- Skogfjorden Norwegian Language Village
- Interactive map of Skogfjorden
- Coordinates: 47°33′06″N 94°43′50″W﻿ / ﻿47.55167°N 94.73056°W
- Country: United States United States
- State: Minnesota Minnesota
- County: Beltrami
- Time zone: UTC-6 (Central (CST))
- • Summer (DST): UTC-5 (Central (CDT))
- Website: Skogfjorden - Concordia Language Villages

= Skogfjorden =

Norwegian language village and campsite

Skogfjorden is a Norwegian language village and campsite affiliated with the Concordia Language Villages. It is located at the Concordia site at Turtle River Lake near Bemidji, Minnesota, United States. Skogfjorden is a village for language immersion where American villagers come to live and experience Norwegian language and culture.

==Skogfjorden promise==
The staff of Skogfjorden make this promise to the villagers and to one another.

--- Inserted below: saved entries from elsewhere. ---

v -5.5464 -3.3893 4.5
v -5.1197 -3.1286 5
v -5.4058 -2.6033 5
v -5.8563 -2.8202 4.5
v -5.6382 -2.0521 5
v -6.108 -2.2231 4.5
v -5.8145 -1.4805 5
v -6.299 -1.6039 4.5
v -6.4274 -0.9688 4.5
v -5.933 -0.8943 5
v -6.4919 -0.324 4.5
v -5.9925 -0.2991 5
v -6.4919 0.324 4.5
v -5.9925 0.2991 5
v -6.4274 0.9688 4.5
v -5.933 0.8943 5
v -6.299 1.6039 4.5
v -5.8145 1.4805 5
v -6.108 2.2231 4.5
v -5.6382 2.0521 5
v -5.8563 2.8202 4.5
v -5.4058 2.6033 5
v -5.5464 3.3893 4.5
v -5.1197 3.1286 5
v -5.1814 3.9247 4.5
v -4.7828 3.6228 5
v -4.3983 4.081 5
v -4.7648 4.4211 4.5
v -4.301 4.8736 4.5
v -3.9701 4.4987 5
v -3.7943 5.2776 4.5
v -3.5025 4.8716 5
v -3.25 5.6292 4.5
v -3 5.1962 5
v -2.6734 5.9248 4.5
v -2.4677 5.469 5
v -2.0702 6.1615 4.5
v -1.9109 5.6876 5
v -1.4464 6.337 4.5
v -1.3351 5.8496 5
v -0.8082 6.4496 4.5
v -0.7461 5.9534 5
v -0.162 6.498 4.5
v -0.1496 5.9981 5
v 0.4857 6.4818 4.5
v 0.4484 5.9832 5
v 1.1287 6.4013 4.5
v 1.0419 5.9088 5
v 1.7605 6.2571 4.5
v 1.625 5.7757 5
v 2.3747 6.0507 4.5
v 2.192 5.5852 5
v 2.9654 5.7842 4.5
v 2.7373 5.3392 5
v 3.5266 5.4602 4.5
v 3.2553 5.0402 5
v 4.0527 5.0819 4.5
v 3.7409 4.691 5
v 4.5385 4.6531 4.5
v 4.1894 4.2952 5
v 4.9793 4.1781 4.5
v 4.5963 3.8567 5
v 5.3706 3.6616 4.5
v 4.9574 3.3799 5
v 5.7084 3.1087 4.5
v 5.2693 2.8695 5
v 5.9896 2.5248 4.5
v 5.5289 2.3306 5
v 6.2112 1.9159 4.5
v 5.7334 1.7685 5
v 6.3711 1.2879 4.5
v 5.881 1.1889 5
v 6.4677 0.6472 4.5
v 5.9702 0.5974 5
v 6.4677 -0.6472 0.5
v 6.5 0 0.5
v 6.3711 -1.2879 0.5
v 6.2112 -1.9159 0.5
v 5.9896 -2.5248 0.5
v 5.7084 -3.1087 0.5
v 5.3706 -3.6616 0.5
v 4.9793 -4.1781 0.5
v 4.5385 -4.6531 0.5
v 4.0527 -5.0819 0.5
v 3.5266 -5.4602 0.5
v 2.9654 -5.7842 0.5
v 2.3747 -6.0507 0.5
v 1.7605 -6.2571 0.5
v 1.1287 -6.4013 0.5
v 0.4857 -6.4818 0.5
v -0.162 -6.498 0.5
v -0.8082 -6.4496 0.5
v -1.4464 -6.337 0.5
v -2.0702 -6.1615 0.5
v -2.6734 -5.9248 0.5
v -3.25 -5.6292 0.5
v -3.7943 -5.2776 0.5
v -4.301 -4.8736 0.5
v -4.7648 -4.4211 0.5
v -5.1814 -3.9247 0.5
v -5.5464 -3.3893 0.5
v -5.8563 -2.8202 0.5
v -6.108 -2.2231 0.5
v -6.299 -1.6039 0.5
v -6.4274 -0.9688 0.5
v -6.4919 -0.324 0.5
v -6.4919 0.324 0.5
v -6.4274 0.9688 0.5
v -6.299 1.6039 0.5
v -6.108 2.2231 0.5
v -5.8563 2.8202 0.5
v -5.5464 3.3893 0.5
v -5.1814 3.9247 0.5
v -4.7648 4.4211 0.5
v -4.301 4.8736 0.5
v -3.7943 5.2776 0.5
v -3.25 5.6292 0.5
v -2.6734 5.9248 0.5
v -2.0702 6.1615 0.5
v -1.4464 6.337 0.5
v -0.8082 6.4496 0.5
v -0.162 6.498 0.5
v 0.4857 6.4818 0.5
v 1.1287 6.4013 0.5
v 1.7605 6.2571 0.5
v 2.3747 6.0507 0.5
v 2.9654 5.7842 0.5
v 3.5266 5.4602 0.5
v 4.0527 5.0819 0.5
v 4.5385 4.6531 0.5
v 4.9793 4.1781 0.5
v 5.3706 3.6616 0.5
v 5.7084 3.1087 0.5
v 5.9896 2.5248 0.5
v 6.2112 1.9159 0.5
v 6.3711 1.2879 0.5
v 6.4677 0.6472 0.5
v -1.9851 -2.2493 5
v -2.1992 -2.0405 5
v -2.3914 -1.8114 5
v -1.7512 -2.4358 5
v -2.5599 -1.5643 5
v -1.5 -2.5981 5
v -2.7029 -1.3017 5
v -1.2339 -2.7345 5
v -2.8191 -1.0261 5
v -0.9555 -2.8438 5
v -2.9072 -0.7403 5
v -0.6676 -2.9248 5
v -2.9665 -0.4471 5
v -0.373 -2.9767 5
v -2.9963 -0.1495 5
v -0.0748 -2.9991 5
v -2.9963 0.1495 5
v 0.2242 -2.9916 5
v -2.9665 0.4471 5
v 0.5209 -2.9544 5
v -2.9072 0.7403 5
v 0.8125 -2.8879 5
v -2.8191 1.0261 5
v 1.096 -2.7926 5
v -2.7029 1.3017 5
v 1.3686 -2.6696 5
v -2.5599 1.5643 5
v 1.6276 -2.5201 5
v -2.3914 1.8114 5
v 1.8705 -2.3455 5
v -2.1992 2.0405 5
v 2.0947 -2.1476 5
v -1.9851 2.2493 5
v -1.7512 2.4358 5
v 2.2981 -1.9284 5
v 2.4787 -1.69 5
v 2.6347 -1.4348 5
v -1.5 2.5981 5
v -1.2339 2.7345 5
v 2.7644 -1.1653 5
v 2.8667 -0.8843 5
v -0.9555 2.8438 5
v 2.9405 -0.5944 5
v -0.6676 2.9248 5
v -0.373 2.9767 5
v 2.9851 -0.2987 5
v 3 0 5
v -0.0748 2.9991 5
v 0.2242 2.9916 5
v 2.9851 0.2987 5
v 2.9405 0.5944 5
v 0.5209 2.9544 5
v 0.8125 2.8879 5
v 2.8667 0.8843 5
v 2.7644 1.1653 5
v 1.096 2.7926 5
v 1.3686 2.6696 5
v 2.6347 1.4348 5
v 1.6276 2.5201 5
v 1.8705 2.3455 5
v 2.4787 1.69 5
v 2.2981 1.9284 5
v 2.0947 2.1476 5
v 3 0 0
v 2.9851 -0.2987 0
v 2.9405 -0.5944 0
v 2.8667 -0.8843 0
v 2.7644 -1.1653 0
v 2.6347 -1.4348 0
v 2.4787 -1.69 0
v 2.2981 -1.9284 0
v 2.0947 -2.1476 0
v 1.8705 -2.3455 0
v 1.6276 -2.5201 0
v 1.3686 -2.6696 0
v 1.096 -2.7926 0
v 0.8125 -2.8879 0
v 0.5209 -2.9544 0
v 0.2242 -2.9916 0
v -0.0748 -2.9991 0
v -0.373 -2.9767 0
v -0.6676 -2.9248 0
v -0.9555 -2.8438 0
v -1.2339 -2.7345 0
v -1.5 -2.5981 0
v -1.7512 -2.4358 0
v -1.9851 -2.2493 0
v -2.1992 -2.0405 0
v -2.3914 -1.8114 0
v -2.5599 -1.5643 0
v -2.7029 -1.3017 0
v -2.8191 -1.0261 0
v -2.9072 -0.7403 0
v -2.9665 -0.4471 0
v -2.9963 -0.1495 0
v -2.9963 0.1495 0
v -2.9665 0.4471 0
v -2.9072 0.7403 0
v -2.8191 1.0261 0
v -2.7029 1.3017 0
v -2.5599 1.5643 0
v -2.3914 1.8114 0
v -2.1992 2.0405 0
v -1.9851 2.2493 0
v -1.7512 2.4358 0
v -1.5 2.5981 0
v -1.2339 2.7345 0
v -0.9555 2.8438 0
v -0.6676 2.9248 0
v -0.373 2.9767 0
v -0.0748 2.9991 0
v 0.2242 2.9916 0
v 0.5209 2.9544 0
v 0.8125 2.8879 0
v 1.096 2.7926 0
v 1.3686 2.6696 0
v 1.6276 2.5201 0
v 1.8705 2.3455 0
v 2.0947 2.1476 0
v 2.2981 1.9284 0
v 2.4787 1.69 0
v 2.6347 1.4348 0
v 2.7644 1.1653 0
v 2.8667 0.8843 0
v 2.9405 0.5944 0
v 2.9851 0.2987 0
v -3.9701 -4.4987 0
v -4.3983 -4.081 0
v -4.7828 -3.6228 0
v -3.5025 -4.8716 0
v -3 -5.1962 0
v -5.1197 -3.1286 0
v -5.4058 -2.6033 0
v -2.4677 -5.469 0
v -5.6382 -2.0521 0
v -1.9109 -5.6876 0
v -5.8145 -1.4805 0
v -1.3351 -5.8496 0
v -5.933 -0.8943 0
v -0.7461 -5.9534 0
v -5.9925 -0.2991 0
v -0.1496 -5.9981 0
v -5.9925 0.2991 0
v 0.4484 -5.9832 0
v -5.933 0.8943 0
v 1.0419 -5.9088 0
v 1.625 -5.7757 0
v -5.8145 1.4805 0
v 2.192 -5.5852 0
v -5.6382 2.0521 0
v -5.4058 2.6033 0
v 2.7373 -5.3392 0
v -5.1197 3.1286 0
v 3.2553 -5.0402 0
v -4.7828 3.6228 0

I am responsible and accountable for establishing and maintaining our vibrant Skogfjorden community, where:

- Everyone is and feels safe;
- Everyone belongs;
- Norwegian is at the heart of everything we do;
- Connections to Norway are affirmed, refreshed, and expanded; and
- Teamwork is built upon individual contributions.

==International recognition==
The Ambassador of Norway, Knut Vollebæk, visited the village in 2003.

His Majesty King Harald V of Norway has granted royal patronage to Skogfjorden. Patronage is an affirmation from the Royal Family of Norway of the quality educational programming of Concordia Language Villages.

In 2009, Tove I. Dahl, the dean of Skogfjorden, was named a Knight of the First Class of the Royal Norwegian Order of Merit, by His Majesty King Harald V of Norway, for the advancement of Norwegian language and culture in the United States. Dahl is a professor of educational psychology at the University of Tromsø and is married to Curt Rice.

==History==
Concordia Language Villages began offering Norwegian programs in 1963 and opened an architecturally-authentic, year-round Norwegian Language Village on Turtle River Lake near Bemidji, Minnesota in 1971.